• Action item:
The lines below starting at the line containing "f 171 415 416" and ending at the line containing "f 427 426 382" are to be repeated exactly, with both ends kept and nothing else added.

Saved data entries:
________
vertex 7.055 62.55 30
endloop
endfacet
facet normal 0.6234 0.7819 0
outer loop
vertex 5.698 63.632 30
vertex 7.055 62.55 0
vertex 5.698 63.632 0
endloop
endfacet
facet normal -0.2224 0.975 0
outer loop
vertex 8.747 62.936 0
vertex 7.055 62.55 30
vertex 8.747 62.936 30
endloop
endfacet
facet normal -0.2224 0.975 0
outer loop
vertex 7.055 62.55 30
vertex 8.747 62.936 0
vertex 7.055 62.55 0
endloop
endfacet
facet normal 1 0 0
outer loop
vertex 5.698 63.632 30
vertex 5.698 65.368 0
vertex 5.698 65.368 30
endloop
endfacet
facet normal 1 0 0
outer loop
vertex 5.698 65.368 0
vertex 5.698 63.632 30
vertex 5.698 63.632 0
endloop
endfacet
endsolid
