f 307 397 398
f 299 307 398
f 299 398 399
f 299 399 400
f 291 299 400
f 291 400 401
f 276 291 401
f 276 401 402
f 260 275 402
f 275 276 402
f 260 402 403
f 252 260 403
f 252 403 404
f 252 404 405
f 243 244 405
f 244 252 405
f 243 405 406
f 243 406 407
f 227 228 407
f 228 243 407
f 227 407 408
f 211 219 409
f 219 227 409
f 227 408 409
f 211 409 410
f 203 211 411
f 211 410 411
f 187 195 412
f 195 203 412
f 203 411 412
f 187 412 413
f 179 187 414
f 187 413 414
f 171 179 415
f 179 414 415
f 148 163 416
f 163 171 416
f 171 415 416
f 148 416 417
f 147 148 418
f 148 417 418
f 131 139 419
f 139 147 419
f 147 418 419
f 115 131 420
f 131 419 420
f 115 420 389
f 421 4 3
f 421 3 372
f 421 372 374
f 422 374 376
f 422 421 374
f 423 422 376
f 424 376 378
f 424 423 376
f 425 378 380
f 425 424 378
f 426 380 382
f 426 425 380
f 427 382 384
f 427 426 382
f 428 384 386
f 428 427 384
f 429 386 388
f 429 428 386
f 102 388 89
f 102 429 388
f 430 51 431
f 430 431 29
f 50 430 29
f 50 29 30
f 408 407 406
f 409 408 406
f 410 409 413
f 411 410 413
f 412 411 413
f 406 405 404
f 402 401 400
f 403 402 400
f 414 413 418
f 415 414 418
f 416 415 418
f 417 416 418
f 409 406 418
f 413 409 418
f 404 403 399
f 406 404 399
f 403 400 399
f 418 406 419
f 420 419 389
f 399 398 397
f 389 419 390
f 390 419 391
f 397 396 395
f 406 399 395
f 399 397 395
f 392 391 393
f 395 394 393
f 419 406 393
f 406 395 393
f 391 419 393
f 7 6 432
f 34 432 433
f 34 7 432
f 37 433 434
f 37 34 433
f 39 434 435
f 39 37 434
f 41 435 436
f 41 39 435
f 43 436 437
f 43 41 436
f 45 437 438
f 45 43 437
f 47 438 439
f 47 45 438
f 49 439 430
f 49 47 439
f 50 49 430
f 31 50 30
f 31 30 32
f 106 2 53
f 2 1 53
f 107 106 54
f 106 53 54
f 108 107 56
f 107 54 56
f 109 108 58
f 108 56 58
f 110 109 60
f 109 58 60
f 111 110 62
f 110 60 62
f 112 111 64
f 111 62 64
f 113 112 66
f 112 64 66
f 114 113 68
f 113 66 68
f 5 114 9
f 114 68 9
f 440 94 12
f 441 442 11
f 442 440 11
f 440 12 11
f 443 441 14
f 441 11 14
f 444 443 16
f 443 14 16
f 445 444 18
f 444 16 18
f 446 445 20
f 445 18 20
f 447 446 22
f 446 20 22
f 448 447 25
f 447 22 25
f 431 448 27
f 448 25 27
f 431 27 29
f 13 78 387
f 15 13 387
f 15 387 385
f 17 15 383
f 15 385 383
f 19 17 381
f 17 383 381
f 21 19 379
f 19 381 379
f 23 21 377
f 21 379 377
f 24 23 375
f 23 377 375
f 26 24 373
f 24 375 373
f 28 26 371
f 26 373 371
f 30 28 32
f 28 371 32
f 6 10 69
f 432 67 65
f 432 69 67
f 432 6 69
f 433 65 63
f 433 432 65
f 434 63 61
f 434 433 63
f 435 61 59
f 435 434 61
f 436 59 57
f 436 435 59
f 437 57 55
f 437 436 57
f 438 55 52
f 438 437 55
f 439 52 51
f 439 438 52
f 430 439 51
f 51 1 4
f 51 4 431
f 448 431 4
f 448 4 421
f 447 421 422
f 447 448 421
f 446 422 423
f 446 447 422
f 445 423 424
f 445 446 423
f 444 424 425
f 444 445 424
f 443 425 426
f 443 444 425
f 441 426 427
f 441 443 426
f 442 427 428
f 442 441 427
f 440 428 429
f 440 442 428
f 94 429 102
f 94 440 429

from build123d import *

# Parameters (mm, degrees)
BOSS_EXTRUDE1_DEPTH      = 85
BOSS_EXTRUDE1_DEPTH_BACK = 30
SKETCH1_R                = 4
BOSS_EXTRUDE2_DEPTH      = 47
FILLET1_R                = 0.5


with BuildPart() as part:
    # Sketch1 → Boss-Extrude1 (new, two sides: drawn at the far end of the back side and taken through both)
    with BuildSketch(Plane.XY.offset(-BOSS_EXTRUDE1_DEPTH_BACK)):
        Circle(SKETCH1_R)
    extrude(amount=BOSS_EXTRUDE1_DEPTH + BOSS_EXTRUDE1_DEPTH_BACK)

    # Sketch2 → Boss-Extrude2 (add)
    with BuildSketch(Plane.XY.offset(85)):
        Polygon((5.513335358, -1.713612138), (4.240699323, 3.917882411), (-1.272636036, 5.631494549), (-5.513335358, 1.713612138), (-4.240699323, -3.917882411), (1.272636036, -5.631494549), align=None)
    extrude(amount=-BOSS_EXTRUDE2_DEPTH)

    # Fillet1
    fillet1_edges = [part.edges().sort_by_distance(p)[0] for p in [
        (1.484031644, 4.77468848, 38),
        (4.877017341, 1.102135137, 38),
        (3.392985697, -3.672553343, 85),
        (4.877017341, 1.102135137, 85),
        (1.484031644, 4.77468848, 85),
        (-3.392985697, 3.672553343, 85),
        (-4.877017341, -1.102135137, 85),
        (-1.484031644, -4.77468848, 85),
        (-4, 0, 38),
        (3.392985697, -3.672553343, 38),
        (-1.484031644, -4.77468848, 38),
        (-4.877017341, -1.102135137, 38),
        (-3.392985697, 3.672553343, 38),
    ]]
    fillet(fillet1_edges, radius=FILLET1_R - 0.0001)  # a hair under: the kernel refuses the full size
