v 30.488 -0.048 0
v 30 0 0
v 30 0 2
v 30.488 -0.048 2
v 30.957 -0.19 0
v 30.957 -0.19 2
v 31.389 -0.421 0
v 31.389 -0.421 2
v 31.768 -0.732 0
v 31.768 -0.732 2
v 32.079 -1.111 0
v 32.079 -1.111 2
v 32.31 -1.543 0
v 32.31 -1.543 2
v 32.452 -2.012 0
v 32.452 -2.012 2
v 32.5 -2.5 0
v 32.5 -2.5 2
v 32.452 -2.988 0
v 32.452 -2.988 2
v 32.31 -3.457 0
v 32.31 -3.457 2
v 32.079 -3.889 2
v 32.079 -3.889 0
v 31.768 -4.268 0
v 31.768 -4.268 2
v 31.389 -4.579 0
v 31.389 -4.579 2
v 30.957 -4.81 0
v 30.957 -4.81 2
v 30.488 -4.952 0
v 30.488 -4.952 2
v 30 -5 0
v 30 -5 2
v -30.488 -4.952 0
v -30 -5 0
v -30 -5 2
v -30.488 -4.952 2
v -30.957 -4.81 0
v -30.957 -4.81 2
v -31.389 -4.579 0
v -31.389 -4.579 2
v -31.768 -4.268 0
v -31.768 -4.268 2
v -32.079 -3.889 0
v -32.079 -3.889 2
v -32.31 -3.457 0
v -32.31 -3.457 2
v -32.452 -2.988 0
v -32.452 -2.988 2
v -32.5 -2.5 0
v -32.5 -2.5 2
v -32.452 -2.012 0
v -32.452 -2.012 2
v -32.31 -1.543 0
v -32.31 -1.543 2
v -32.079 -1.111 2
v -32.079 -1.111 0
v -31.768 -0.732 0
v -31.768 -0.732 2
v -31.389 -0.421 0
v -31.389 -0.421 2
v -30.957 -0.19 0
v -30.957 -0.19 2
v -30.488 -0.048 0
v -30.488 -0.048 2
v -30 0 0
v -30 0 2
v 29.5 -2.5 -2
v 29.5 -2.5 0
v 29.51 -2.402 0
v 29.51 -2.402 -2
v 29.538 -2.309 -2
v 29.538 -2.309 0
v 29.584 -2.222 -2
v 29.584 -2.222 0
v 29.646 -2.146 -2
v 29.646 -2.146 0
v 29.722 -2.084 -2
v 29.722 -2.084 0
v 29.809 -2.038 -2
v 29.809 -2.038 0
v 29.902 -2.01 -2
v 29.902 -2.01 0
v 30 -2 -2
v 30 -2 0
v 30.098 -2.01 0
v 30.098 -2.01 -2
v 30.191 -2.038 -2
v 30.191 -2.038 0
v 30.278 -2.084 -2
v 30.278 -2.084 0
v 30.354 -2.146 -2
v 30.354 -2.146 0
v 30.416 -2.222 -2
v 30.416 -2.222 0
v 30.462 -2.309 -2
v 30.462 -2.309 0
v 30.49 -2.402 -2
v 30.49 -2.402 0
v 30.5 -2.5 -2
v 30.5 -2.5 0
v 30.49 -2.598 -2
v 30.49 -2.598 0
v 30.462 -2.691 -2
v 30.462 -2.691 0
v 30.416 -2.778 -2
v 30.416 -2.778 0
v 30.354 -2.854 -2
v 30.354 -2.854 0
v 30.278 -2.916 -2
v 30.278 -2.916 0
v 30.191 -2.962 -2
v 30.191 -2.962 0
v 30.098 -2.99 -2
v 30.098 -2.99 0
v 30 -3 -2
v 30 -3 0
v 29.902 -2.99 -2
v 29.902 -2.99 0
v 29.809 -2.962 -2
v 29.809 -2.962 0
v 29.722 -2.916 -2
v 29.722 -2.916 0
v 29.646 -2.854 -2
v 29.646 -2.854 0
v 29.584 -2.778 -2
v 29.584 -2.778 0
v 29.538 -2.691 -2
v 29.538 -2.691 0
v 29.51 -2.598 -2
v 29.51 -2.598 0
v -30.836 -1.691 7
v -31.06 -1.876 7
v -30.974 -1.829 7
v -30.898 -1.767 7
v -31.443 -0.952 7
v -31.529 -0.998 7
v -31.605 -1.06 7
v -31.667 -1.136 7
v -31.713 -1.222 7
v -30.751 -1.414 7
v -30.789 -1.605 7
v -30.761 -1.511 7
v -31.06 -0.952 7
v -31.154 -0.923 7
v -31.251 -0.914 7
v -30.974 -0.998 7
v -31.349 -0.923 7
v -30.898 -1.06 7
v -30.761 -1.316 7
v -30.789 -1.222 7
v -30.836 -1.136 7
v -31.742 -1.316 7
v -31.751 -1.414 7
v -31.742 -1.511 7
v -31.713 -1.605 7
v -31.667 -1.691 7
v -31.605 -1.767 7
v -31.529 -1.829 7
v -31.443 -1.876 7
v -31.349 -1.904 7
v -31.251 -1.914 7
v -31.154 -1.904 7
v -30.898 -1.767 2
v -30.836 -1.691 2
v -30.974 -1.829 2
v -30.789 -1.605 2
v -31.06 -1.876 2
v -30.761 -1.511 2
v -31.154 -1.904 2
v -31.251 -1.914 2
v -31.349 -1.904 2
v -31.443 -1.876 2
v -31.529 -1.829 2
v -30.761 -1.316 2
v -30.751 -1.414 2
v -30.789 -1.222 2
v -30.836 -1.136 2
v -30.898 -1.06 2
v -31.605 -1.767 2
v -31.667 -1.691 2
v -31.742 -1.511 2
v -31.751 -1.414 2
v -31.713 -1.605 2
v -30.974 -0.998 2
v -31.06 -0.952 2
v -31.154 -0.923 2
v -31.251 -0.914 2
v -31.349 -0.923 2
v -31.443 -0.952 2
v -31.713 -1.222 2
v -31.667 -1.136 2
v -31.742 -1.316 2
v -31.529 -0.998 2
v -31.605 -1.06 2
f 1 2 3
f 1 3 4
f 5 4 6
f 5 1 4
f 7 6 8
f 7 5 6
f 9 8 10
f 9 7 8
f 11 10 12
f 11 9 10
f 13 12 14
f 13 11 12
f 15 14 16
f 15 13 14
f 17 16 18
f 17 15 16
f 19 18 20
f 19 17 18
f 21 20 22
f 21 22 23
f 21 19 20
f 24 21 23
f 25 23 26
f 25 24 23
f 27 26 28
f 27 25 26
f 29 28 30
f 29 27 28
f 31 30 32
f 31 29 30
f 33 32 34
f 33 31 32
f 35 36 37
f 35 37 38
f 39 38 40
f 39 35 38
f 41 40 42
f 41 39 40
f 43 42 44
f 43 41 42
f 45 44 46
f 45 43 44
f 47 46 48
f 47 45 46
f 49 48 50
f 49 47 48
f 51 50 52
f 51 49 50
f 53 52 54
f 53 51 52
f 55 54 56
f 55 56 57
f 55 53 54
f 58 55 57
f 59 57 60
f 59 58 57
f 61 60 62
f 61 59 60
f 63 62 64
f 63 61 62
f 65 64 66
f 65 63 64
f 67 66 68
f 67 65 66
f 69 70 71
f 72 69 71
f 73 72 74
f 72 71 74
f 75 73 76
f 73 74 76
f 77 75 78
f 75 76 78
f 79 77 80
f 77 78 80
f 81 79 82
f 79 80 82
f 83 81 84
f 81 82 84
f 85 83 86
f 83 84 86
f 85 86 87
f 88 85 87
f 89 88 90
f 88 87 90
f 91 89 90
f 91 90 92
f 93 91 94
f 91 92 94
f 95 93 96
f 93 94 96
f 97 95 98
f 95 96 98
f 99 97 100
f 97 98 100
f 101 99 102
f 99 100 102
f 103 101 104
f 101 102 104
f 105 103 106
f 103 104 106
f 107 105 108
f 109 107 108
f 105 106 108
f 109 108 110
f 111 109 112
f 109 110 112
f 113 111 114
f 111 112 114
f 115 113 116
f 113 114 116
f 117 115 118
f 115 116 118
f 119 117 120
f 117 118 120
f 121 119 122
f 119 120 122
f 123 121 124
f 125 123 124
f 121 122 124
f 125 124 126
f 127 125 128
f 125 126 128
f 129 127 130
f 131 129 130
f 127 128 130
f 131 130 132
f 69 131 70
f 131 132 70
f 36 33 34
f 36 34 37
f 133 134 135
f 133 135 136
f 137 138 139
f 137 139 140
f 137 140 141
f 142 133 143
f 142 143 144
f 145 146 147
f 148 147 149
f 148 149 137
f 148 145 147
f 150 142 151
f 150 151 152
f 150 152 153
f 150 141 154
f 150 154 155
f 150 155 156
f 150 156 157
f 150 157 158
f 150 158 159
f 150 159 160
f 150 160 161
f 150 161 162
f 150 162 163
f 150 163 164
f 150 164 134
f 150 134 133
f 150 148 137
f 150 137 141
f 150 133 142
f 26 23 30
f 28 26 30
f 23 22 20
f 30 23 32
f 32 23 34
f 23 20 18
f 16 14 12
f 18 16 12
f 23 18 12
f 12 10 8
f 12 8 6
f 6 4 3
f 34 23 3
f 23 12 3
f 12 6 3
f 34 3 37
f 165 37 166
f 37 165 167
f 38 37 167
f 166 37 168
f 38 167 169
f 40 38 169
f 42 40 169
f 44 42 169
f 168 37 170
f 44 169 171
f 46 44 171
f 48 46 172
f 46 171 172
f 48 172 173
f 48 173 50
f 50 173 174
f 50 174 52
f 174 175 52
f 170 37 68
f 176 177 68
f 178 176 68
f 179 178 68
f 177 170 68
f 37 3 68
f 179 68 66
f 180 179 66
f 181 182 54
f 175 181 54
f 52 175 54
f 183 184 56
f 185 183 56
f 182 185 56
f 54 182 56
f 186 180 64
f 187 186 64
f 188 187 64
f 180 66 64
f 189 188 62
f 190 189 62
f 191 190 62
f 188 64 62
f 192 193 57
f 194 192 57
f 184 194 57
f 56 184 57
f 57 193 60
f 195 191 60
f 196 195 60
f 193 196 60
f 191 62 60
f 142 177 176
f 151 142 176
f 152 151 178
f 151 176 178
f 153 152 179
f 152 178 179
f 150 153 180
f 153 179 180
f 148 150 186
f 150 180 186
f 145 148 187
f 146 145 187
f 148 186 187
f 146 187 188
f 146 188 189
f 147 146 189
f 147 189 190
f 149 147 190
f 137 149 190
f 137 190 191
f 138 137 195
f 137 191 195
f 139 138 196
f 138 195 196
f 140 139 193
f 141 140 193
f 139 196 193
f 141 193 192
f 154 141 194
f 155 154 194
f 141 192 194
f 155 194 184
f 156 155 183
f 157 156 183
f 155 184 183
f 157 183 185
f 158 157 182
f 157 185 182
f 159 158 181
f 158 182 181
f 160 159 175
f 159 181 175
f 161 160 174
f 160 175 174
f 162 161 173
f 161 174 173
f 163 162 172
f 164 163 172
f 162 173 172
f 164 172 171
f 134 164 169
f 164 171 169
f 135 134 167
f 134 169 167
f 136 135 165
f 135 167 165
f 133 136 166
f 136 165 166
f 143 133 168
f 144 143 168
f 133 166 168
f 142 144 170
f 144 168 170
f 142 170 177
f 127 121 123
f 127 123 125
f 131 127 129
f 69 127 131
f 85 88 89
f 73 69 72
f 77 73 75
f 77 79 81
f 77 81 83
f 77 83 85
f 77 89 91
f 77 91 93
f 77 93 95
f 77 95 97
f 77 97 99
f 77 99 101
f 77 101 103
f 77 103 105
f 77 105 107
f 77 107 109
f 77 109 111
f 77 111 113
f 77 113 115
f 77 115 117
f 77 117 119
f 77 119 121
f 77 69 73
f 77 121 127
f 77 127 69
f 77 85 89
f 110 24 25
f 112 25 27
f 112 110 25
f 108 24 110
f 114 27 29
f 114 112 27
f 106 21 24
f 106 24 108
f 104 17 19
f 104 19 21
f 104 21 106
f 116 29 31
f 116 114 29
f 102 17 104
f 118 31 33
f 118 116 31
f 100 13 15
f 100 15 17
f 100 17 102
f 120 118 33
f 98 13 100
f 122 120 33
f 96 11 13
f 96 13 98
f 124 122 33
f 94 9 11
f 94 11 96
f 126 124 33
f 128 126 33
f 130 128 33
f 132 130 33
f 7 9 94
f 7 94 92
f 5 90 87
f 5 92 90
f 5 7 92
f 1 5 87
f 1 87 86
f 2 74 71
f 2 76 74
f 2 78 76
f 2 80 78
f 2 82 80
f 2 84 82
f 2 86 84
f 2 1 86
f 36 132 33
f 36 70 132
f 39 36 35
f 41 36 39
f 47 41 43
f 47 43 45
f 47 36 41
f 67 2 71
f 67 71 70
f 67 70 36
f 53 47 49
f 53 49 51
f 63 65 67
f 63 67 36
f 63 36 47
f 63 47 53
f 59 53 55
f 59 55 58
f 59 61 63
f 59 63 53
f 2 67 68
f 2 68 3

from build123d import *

# Parameters (mm, degrees)
BOSS_EXTRUDE1_DEPTH = 2
SKETCH2_R           = 0.5
BOSS_EXTRUDE2_DEPTH = 2
SKETCH3_R           = 0.5
BOSS_EXTRUDE3_DEPTH = 5


with BuildPart() as part:
    # Sketch1 → Boss-Extrude1 (new body)
    with BuildSketch(Plane.XY):
        with BuildLine():
            Line((-30, 0), (30, 0))
            ThreePointArc((30, 0), (32.5, -2.5), (30, -5))
            Line((30, -5), (-30, -5))
            ThreePointArc((-30, -5), (-32.5, -2.5), (-30, 0))
        make_face()
    extrude(amount=BOSS_EXTRUDE1_DEPTH)

    # Sketch2 → Boss-Extrude2 (add)
    with BuildSketch(Plane(origin=(0, 0, 0), x_dir=(-1, 0, 0), z_dir=(0, 0, -1))):
        with Locations((-30, -2.5)):
            Circle(SKETCH2_R)
    extrude(amount=BOSS_EXTRUDE2_DEPTH)

    # Sketch3 → Boss-Extrude3 (add)
    with BuildSketch(Plane.XY.offset(2)):
        with Locations((-31.251389827, -1.413693431)):
            Circle(SKETCH3_R)
    extrude(amount=BOSS_EXTRUDE3_DEPTH)


solid = part.part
________
• Answer section:
f 171 415 416
f 148 416 417
f 147 148 418
f 148 417 418
f 131 139 419
f 139 147 419
f 147 418 419
f 115 131 420
f 131 419 420
f 115 420 389
f 421 4 3
f 421 3 372
f 421 372 374
f 422 374 376
f 422 421 374
f 423 422 376
f 424 376 378
f 424 423 376
f 425 378 380
f 425 424 378
f 426 380 382
f 426 425 380
f 427 382 384
f 427 426 382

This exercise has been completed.